Source material ::
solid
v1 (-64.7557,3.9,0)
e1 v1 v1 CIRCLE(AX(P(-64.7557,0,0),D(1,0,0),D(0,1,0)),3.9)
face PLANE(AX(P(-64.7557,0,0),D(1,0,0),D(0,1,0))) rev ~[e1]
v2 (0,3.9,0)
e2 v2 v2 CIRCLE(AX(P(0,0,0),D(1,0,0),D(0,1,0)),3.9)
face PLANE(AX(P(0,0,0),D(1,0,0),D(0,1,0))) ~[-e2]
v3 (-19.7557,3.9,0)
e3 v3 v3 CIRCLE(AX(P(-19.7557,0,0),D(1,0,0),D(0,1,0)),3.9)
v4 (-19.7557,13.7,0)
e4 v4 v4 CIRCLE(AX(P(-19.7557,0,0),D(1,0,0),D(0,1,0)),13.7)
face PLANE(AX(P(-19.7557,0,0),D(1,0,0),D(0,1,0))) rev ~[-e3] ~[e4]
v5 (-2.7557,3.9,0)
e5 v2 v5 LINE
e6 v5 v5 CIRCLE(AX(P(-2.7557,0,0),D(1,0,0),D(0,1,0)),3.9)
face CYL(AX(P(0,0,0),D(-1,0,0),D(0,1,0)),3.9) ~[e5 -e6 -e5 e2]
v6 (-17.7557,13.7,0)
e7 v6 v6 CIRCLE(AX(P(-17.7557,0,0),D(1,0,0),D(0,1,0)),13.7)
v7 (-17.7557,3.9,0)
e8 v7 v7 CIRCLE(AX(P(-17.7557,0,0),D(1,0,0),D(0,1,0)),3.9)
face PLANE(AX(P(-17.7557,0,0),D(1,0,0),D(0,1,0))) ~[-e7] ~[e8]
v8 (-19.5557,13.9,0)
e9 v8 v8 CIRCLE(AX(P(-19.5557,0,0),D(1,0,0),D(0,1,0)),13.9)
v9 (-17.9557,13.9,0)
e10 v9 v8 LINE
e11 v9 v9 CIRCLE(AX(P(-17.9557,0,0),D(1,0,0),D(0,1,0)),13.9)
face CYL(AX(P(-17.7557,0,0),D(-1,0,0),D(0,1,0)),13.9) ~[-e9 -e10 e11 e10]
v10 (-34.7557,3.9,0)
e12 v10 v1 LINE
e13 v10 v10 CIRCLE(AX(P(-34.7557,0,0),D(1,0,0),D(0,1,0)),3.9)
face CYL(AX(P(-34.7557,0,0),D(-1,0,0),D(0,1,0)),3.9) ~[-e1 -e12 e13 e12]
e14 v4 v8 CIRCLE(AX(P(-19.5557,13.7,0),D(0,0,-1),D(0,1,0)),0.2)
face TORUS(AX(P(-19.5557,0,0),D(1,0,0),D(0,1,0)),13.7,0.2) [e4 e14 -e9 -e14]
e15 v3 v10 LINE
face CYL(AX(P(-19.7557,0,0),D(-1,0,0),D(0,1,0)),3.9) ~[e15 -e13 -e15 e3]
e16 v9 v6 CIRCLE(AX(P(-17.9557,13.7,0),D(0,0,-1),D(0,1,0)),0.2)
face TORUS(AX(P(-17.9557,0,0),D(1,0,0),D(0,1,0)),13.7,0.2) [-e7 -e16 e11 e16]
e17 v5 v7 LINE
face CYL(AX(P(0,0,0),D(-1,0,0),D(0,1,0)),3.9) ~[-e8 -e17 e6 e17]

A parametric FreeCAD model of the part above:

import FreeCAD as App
import Part
import Sketcher

V = App.Vector


def edges_at(feature, points):
    """Names of the edges that pass closest to the given points."""
    edges = feature.Shape.Edges
    near = lambda p: min(range(len(edges)), key=lambda i: edges[i].distToShape(Part.Vertex(*p))[0])
    return sorted({f"Edge{near(p) + 1}" for p in points})

doc = App.newDocument("Part")
body = doc.addObject("PartDesign::Body", "Body")

# Sketch on XY plane
sketch1 = body.newObject("Sketcher::SketchObject", "Sketch")
sketch1.AttachmentSupport = (doc.getObject("XY_Plane"), [""])
sketch1.MapMode = "FlatFace"
sketch1.addGeometry([
    Part.LineSegment(V(-64.7557, 0, 0), V(0, 0, 0)),  # 0
    Part.LineSegment(V(0, 0, 0), V(0, 3.9, 0)),  # 1
    Part.LineSegment(V(0, 3.9, 0), V(-17.7557, 3.9, 0)),  # 2
    Part.LineSegment(V(-17.7557, 3.9, 0), V(-17.7557, 13.9, 0)),  # 3
    Part.LineSegment(V(-17.7557, 13.9, 0), V(-19.7557, 13.9, 0)),  # 4
    Part.LineSegment(V(-19.7557, 13.9, 0), V(-19.7557, 3.9, 0)),  # 5
    Part.LineSegment(V(-19.7557, 3.9, 0), V(-64.7557, 3.9, 0)),  # 6
    Part.LineSegment(V(-64.7557, 3.9, 0), V(-64.7557, 0, 0)),  # 7
], False)
sketch1.addConstraint([
    Sketcher.Constraint("Coincident", 0, 2, 1, 1),
    Sketcher.Constraint("Coincident", 1, 2, 2, 1),
    Sketcher.Constraint("Coincident", 2, 2, 3, 1),
    Sketcher.Constraint("Coincident", 3, 2, 4, 1),
    Sketcher.Constraint("Coincident", 4, 2, 5, 1),
    Sketcher.Constraint("Coincident", 5, 2, 6, 1),
    Sketcher.Constraint("Coincident", 6, 2, 7, 1),
    Sketcher.Constraint("Coincident", 7, 2, 0, 1),
    Sketcher.Constraint("Horizontal", 0),
    Sketcher.Constraint("Vertical", 1),
    Sketcher.Constraint("Horizontal", 2),
    Sketcher.Constraint("Vertical", 3),
    Sketcher.Constraint("Horizontal", 4),
    Sketcher.Constraint("Vertical", 5),
    Sketcher.Constraint("Horizontal", 6),
    Sketcher.Constraint("Vertical", 7),
    Sketcher.Constraint("Coincident", 0, 2, -1, 1),
    Sketcher.Constraint("Horizontal", 2, 2, 5, 2),
    Sketcher.Constraint("DistanceX", 4, 2, 4, 1, 2.0),
    Sketcher.Constraint("DistanceY", 3, 1, 3, 2, 10.0),
    Sketcher.Constraint("DistanceY", 1, 1, 1, 2, 3.9),
    Sketcher.Constraint("DistanceX", 6, 2, 6, 1, 45.0),
    Sketcher.Constraint("DistanceX", 0, 1, 0, 2, 64.7557),
])
revolution = body.newObject("PartDesign::Revolution", "Revolution")
revolution.Profile = sketch1
revolution.ReferenceAxis = (sketch1, ["H_Axis"])
revolution.Angle = 360
doc.recompute()

fillet = body.newObject("PartDesign::Fillet", "Fillet")
fillet.Base = (revolution, edges_at(revolution, [(-19.756, -13.9, 0), (-17.756, -13.9, 0)]))
fillet.Radius = 0.2

doc.recompute()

What you need to do ::
An exact, complete copy of the lines above from the one with "face PLANE(AX(P(0,0,0),D(1,0,0),D(0,1,0))) ~[-e2]" through the one with "v7 (-17.7557,3.9,0)" is the whole answer.

Output ::
face PLANE(AX(P(0,0,0),D(1,0,0),D(0,1,0))) ~[-e2]
v3 (-19.7557,3.9,0)
e3 v3 v3 CIRCLE(AX(P(-19.7557,0,0),D(1,0,0),D(0,1,0)),3.9)
v4 (-19.7557,13.7,0)
e4 v4 v4 CIRCLE(AX(P(-19.7557,0,0),D(1,0,0),D(0,1,0)),13.7)
face PLANE(AX(P(-19.7557,0,0),D(1,0,0),D(0,1,0))) rev ~[-e3] ~[e4]
v5 (-2.7557,3.9,0)
e5 v2 v5 LINE
e6 v5 v5 CIRCLE(AX(P(-2.7557,0,0),D(1,0,0),D(0,1,0)),3.9)
face CYL(AX(P(0,0,0),D(-1,0,0),D(0,1,0)),3.9) ~[e5 -e6 -e5 e2]
v6 (-17.7557,13.7,0)
e7 v6 v6 CIRCLE(AX(P(-17.7557,0,0),D(1,0,0),D(0,1,0)),13.7)
v7 (-17.7557,3.9,0)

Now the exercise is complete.